Segment Start: Information
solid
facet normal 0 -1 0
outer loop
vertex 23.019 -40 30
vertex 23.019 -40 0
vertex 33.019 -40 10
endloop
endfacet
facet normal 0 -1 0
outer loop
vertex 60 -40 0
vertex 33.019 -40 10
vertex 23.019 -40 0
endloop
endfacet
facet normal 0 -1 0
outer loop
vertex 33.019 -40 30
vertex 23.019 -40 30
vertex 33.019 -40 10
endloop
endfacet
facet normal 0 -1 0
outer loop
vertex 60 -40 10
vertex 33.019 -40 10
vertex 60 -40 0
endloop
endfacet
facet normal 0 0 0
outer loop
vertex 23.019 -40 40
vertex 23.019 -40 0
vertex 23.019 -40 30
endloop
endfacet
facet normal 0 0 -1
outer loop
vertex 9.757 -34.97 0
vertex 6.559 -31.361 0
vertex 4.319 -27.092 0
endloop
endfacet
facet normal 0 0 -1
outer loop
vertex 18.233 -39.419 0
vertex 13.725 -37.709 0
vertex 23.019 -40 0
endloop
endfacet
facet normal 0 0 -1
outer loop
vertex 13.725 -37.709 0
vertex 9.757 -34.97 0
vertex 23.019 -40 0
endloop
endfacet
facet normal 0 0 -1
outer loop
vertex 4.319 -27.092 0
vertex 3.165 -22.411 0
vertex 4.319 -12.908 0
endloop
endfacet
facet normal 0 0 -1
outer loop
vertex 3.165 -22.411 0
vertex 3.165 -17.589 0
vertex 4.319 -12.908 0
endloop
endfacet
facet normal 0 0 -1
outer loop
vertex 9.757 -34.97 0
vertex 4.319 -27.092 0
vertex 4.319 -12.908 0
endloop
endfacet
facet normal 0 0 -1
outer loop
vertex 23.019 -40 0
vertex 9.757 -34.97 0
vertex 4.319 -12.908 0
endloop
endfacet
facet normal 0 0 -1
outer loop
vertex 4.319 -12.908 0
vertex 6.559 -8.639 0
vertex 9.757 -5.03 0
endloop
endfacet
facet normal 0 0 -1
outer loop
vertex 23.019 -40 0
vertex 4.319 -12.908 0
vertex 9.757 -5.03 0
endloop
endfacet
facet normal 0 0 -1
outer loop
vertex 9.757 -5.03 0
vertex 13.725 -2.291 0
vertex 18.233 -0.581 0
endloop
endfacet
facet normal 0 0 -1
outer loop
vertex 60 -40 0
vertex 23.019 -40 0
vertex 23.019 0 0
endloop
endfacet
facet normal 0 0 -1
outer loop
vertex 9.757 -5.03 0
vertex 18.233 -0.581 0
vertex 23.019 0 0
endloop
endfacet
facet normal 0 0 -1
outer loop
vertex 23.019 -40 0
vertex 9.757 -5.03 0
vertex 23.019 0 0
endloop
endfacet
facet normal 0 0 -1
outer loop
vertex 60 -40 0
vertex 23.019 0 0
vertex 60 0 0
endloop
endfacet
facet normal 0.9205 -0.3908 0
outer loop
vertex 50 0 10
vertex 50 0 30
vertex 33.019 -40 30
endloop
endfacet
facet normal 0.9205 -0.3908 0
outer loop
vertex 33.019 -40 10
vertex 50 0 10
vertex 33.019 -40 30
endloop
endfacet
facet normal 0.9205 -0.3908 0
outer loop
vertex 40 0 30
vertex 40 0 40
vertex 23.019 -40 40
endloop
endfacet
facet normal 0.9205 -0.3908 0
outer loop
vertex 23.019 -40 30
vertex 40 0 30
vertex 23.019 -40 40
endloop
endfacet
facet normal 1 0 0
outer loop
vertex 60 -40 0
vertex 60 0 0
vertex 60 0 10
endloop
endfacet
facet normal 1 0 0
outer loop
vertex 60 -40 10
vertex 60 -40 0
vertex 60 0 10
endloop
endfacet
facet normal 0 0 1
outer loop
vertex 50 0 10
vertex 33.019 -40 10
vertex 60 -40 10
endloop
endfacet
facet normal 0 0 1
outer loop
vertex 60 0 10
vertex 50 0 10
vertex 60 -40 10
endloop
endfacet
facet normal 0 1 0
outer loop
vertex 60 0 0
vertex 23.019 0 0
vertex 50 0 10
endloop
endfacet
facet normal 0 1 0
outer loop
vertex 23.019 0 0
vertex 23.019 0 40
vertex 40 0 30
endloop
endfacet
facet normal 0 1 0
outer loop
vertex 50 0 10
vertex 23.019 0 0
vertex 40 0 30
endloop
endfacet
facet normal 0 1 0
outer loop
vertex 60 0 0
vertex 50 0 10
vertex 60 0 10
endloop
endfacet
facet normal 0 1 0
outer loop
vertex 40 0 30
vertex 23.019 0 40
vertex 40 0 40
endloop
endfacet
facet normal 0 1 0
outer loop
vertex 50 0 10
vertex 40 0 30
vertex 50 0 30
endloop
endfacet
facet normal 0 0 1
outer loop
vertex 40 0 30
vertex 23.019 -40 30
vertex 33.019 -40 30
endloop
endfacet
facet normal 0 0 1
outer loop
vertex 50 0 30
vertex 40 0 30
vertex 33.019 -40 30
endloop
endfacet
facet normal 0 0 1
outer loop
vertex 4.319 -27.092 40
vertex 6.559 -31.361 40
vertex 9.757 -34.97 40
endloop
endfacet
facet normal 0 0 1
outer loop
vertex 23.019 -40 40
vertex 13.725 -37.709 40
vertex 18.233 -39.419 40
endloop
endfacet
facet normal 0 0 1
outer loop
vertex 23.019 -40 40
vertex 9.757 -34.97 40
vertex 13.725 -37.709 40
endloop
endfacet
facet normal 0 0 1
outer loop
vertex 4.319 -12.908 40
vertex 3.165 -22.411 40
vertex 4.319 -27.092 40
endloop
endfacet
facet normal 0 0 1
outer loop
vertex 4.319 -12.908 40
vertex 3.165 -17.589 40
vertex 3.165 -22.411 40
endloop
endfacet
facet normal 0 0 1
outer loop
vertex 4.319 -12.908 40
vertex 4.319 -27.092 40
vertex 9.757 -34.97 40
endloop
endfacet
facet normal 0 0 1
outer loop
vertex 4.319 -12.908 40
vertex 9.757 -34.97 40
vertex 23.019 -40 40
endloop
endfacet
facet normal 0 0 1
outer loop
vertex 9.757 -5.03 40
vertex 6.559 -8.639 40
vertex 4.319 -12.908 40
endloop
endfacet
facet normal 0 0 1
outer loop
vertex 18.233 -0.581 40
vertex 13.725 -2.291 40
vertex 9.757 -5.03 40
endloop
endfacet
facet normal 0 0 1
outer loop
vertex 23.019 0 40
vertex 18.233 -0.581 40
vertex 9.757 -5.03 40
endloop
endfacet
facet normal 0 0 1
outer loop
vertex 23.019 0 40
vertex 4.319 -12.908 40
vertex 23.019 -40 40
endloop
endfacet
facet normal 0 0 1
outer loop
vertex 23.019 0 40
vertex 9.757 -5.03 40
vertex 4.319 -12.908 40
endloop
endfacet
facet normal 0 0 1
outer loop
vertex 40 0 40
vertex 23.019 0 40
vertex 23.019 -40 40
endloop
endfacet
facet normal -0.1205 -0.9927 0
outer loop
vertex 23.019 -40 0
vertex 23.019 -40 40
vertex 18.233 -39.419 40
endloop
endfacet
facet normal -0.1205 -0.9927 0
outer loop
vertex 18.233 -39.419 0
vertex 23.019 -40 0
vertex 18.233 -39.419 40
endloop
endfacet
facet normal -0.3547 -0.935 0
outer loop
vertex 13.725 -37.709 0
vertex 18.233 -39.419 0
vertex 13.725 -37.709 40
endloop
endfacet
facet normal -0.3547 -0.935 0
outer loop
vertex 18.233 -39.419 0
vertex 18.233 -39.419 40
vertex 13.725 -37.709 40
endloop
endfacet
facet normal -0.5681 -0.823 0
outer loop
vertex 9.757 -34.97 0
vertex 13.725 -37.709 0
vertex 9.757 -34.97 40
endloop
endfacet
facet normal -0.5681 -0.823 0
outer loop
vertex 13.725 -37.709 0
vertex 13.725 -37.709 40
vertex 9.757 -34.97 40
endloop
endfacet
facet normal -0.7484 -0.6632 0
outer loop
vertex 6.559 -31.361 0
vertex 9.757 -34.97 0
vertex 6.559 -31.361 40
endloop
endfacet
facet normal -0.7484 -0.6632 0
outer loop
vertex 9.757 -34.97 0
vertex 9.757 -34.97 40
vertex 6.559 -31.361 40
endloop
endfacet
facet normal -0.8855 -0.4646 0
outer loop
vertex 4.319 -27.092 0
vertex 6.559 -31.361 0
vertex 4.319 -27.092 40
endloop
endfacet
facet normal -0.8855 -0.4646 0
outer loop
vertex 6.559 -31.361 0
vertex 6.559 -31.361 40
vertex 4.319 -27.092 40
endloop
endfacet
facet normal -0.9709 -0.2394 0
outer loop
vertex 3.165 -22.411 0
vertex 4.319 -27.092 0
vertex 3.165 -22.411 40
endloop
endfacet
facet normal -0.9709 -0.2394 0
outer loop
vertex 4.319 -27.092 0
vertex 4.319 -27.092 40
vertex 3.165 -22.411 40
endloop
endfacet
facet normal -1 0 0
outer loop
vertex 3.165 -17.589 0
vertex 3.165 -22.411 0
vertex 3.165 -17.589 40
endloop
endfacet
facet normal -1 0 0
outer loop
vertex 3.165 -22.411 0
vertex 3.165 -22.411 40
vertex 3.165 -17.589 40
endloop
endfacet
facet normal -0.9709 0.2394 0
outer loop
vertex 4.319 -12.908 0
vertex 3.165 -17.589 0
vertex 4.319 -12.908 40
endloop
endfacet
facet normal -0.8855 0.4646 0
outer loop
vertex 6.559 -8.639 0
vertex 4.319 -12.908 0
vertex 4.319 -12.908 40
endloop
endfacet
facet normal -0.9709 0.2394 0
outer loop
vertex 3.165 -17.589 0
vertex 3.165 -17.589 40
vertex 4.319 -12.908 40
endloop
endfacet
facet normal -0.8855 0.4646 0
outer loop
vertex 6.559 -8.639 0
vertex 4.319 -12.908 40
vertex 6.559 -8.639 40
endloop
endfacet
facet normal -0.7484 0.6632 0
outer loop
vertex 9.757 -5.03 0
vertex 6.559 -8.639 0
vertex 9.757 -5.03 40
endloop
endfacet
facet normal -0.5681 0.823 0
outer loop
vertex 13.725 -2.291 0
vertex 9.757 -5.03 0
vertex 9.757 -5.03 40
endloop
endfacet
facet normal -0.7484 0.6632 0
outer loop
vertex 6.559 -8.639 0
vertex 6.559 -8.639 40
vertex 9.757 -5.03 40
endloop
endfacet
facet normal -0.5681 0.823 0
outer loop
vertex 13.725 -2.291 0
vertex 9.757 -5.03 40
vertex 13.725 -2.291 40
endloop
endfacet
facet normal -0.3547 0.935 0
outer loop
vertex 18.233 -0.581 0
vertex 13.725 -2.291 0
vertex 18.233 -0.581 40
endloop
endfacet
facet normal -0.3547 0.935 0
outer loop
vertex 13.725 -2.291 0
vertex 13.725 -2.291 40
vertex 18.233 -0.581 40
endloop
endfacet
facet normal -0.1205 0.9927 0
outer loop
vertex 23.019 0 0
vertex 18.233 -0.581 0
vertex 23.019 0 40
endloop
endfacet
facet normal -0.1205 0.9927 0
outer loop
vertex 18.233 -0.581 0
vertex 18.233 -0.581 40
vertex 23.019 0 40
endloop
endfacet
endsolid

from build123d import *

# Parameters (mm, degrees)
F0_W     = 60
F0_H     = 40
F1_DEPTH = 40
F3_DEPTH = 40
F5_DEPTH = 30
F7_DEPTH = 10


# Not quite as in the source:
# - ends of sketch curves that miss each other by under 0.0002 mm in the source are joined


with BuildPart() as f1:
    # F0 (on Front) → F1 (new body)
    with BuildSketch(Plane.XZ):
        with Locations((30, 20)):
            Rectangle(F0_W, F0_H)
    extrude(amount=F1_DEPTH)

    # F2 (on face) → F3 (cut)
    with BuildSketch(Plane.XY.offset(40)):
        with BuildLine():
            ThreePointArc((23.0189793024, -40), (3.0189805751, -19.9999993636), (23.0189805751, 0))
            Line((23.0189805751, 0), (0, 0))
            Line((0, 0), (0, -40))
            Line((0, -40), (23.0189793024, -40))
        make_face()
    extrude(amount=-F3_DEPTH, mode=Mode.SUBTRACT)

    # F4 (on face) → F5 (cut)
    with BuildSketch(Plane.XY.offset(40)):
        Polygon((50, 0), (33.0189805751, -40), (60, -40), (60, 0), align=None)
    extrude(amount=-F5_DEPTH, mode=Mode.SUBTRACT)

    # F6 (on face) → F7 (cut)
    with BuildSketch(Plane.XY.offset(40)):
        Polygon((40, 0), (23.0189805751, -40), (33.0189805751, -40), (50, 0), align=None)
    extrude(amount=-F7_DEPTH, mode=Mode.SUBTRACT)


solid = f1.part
Segment End: Information
Segment Start: Information
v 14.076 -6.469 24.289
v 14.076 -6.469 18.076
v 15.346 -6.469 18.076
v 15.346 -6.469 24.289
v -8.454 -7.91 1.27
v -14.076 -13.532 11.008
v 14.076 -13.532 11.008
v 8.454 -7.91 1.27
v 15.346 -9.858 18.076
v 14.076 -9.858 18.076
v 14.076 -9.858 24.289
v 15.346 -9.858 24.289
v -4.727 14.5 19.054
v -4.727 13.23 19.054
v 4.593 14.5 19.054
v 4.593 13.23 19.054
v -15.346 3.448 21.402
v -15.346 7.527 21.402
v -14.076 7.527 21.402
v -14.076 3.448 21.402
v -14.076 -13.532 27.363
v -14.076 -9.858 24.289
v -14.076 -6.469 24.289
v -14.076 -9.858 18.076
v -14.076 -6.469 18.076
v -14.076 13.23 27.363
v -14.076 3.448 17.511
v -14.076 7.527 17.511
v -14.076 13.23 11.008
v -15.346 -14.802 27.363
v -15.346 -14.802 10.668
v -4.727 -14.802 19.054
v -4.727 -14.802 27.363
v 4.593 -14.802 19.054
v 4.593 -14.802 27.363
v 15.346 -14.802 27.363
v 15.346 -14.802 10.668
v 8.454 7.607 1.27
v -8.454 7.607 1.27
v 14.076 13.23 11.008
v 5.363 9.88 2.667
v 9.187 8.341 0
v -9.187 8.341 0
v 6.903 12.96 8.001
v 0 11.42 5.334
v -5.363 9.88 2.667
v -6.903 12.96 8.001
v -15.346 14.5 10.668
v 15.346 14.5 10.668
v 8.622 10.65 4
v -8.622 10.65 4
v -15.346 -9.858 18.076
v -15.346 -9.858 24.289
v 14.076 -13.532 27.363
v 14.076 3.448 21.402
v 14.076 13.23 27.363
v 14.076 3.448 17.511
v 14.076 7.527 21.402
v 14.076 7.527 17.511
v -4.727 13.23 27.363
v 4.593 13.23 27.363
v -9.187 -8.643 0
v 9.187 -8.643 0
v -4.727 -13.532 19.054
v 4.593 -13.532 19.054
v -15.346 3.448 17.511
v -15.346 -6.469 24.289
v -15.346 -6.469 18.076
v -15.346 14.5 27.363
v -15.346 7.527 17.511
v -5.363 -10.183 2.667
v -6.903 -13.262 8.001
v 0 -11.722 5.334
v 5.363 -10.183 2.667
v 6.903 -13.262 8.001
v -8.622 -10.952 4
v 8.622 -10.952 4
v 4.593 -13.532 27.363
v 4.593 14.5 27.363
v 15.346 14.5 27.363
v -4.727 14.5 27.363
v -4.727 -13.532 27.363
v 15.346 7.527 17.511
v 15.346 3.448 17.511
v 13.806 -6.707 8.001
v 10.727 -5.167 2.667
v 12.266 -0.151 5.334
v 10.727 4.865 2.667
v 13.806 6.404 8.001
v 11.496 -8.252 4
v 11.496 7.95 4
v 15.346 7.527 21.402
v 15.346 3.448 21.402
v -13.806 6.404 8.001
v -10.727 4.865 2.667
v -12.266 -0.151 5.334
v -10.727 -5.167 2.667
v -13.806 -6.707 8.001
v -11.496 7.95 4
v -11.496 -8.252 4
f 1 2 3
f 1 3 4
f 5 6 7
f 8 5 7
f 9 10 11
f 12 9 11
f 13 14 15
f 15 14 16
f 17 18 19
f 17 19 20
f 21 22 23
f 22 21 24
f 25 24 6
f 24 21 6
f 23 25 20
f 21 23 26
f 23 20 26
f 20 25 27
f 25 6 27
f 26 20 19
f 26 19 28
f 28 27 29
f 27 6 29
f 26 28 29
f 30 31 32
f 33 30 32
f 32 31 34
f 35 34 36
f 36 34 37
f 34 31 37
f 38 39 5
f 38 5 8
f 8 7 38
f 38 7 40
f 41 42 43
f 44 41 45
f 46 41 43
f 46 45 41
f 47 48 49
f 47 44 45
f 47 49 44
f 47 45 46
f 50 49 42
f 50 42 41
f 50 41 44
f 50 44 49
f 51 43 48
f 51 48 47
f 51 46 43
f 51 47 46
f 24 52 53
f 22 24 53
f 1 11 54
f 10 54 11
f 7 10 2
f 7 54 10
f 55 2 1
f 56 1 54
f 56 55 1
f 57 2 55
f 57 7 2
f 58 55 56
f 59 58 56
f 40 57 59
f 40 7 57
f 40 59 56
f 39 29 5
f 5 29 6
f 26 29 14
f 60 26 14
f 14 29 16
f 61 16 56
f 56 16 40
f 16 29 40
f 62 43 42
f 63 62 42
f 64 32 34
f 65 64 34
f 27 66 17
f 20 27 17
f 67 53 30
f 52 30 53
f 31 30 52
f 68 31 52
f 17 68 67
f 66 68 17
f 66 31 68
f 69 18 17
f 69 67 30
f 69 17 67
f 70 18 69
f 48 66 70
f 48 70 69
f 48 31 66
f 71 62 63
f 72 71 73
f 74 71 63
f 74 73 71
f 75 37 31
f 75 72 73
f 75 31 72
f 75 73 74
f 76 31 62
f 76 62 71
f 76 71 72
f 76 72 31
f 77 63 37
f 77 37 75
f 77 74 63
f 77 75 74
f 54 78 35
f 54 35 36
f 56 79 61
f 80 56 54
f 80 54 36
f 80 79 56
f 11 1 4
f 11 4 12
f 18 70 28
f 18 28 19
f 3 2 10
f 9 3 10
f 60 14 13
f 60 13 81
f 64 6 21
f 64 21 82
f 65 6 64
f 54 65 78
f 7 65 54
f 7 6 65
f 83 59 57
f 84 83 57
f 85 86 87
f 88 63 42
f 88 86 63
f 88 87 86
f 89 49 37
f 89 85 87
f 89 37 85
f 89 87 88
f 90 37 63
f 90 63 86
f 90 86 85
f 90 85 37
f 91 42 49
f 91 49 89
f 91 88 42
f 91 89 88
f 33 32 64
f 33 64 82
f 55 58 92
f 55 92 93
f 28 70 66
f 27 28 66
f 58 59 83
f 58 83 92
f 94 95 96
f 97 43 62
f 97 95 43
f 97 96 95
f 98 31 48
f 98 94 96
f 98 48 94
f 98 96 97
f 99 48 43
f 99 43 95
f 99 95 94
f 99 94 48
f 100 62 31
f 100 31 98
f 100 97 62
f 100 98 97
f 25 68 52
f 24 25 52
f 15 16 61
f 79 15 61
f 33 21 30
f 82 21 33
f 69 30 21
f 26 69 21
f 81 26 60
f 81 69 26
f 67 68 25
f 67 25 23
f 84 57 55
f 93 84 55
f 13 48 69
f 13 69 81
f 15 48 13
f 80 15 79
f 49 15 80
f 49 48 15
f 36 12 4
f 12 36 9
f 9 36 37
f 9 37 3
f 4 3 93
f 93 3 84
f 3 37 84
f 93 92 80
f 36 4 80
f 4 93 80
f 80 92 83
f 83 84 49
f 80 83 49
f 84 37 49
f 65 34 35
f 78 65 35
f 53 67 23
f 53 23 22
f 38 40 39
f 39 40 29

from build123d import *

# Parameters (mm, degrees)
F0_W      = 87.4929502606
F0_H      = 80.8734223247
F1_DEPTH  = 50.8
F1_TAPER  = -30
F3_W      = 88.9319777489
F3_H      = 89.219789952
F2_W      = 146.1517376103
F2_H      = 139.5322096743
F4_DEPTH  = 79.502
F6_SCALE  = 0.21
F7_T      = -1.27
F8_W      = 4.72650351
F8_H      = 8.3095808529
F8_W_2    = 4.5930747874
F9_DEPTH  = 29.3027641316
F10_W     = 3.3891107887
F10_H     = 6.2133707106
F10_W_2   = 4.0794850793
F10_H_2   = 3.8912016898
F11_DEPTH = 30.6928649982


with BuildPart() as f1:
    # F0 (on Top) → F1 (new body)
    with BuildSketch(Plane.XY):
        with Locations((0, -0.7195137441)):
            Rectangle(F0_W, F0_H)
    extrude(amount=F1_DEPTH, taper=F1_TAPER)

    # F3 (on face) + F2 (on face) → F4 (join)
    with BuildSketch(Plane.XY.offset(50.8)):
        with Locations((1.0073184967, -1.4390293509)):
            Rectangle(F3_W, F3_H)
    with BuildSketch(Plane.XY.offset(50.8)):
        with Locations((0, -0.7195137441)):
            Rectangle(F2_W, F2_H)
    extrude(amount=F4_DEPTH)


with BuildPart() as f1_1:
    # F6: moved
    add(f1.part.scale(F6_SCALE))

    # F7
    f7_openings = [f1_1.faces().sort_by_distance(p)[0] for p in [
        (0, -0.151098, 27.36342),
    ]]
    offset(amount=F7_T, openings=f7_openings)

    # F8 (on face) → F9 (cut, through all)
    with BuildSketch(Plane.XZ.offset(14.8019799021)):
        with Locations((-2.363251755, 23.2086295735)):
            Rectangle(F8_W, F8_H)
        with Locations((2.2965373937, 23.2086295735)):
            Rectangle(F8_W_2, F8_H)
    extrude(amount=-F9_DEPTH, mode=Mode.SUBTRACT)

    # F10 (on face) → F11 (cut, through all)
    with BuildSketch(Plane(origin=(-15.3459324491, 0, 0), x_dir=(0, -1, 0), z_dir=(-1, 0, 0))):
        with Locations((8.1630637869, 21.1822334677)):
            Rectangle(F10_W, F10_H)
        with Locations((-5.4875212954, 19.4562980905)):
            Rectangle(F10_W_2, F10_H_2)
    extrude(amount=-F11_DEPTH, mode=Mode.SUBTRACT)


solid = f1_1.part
Segment End: Information
Return only the part of the records above that opens with the line containing "v -4.727 -14.802 27.363" and closes with the line containing "v 15.346 14.5 10.668", ends included.

*Response*:
v -4.727 -14.802 27.363
v 4.593 -14.802 19.054
v 4.593 -14.802 27.363
v 15.346 -14.802 27.363
v 15.346 -14.802 10.668
v 8.454 7.607 1.27
v -8.454 7.607 1.27
v 14.076 13.23 11.008
v 5.363 9.88 2.667
v 9.187 8.341 0
v -9.187 8.341 0
v 6.903 12.96 8.001
v 0 11.42 5.334
v -5.363 9.88 2.667
v -6.903 12.96 8.001
v -15.346 14.5 10.668
v 15.346 14.5 10.668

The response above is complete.